O regime inicial de cumprimento da pena privativa de liberdade deverá
ser o aberto, uma vez que se tratam de réus primários e o quantum não ultrapassa
quatro anos (art. 33, § 2º, "c", do CP).
Todavia, as reprimendas corporais devem ser substituídas por restritivas
de direito, pois atendidos os requisitos do art. 44 do CP - a pena é inferior a quatro
anos, o delito foi cometido sem violência ou grave ameaça e não há circunstâncias
judiciais desfavoráveis - sendo medida suficiente. Sendo as penas privativas de
liberdade inferiores a um ano, a substituição se dará por uma pena restritiva de
direitos (art. 44, § 2º, do CP).
Assim, deverão cada um dos reús realizar o pagamento de prestação
pecuniária no valor de 10 (dez) salários mínimos, valor fixado tendo em consideração
a condição financeira dos apelados, já vista alhures. O valor deverá ser revertido para
entidade que promova a preservação do meio ambiente, a critério do juízo da
execução.
Deixa-se de fixar valor mínimo para reparação dos danos, pois não
demonstrados nos autos.
Concede-se o direito de recorrer em liberdade aos réus, uma vez que
assim responderam a todo o processo, não havendo notícia de ocorrência de
qualquer das hipóteses previstas no art. 312 do CPP.
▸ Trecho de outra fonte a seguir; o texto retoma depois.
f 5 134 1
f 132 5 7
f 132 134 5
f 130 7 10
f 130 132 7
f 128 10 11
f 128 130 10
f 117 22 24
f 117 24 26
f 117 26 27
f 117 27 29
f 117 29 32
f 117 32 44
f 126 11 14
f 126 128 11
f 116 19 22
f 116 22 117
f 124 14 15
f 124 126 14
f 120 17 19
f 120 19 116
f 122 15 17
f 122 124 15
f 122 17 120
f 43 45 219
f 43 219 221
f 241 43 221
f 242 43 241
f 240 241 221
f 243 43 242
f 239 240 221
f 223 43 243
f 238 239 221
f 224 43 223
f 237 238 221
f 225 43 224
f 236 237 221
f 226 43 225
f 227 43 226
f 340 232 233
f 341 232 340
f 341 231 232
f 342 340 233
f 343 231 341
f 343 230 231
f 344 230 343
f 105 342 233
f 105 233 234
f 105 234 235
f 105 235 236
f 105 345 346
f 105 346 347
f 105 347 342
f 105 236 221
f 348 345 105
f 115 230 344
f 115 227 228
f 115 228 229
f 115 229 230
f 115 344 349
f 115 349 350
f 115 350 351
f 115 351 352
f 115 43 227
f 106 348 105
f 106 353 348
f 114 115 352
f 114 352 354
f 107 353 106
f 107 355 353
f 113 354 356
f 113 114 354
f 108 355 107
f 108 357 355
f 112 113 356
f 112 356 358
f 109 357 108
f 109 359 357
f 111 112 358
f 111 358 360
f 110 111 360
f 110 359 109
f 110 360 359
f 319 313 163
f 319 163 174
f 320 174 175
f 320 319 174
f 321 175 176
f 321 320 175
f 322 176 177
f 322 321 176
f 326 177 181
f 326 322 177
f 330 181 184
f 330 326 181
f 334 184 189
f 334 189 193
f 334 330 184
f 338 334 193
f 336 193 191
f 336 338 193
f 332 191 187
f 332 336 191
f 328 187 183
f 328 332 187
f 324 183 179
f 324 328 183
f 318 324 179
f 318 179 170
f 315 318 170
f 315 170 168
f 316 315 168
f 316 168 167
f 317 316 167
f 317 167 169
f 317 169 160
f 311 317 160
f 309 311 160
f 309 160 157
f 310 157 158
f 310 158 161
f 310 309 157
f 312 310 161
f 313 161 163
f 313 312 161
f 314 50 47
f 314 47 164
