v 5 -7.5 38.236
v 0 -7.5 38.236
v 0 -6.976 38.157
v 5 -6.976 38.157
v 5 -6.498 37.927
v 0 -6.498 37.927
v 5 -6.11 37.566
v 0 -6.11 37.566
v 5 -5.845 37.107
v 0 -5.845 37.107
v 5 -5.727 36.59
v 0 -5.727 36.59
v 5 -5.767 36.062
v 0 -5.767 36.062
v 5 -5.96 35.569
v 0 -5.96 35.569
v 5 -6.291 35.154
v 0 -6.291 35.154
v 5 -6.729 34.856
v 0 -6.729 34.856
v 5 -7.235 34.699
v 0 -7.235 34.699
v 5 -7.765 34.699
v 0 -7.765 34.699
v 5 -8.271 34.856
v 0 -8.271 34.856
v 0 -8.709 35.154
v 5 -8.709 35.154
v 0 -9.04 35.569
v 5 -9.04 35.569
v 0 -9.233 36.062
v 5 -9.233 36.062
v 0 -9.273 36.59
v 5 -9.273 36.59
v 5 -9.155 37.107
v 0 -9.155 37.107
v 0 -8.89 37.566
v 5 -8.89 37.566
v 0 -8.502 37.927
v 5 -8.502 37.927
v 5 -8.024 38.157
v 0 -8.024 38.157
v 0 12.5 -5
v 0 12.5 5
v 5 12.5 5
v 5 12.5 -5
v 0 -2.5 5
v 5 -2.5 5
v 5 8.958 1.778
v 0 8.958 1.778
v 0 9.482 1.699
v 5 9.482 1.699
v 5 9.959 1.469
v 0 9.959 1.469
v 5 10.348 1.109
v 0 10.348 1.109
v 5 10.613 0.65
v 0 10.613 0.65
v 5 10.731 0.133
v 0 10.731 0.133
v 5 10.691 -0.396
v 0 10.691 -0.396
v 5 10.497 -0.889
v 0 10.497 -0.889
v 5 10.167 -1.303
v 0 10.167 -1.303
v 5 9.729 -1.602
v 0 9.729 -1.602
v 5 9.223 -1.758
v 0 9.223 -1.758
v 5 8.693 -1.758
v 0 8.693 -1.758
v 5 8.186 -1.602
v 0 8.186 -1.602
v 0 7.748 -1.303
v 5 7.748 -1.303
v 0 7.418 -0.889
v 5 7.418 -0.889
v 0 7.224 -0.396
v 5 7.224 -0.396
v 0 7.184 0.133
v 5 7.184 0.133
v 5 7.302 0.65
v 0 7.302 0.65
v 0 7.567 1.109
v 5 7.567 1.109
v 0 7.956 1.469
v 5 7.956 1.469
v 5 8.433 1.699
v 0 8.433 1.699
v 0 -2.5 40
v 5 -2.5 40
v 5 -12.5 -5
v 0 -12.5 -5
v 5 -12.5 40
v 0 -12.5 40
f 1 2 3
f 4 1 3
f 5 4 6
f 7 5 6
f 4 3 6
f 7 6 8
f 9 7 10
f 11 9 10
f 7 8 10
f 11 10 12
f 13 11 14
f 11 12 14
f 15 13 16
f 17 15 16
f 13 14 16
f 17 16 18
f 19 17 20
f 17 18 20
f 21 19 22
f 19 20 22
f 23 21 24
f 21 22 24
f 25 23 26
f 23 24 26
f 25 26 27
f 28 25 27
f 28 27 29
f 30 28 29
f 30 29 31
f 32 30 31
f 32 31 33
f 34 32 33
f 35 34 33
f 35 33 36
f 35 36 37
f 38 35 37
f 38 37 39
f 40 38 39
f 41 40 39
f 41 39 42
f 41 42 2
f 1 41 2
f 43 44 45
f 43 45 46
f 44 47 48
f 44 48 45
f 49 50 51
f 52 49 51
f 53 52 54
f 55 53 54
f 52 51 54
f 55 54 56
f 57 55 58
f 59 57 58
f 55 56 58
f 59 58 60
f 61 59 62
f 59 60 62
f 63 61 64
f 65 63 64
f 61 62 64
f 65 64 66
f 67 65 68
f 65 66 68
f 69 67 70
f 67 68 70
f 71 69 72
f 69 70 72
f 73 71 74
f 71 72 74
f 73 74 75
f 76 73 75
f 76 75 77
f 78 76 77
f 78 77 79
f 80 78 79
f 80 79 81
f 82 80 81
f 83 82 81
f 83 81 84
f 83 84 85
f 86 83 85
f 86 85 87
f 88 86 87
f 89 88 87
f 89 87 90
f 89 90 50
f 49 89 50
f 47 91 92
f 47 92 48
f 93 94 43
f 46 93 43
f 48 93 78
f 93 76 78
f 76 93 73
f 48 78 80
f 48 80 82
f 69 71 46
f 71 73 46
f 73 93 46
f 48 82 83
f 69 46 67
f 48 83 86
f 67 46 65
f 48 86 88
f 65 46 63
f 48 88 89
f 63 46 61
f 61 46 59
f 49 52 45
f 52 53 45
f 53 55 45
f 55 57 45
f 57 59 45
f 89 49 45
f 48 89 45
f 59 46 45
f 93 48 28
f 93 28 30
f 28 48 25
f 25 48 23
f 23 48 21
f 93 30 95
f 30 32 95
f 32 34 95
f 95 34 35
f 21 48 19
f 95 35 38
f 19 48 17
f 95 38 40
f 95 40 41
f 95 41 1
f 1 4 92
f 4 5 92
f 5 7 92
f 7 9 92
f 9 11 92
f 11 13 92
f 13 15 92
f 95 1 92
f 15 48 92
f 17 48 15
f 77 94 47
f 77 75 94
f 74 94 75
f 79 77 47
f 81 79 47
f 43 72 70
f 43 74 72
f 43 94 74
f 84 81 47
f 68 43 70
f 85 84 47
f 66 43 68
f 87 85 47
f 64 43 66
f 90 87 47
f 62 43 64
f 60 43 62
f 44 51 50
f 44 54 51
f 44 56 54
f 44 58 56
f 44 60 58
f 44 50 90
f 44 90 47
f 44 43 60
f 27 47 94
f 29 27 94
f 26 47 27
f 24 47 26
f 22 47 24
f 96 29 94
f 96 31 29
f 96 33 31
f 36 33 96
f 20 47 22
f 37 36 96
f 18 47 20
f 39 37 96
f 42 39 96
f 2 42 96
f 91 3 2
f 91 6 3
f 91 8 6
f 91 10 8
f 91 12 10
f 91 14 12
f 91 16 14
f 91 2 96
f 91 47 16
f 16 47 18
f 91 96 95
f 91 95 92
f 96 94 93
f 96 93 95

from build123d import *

# Parameters (mm, degrees)
BOSS_EXTRUDE1_DEPTH          = 5
F_5_32_0_14_DIAMETER_HOLE1_D = 3.556


with BuildPart() as part:
    # Sketch1 → Boss-Extrude1 (new body)
    with BuildSketch(Plane(origin=(0, 0, 0), x_dir=(0, 0, -1), z_dir=(1, 0, 0))):
        Polygon((-40, -2.5), (-5, -2.5), (-5, 12.5), (5, 12.5), (5, -2.5), (5, -12.5), (-40, -12.5), align=None)
    extrude(amount=BOSS_EXTRUDE1_DEPTH)

    # 5/32 (0.14) Diameter Hole1 (through all)
    with Locations(Plane(origin=(5, 0, 0), x_dir=(0, 0, -1), z_dir=(1, 0, 0))):
        with Locations((0, 8.957513111), (-36.457513111, -7.5)):
            Hole(F_5_32_0_14_DIAMETER_HOLE1_D / 2)


solid = part.part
5. À vista do exposto, voto pelo parcial provimento do recurso,
reformando-se a sentença combatida para condenar os apelados Ângela Fátima
Pascoali Boeira e Marconi Leonardo Pascoali a 6 (seis) meses de detenção e 10 (dez)
dias-multa pela prática da infração prevista no § 1º, do art. 54, da Lei n. 9.605/98,
substituída por pena restritiva de direito consistente na prestação pecuniária individual
no valor de 10 (dez) salários mínimos.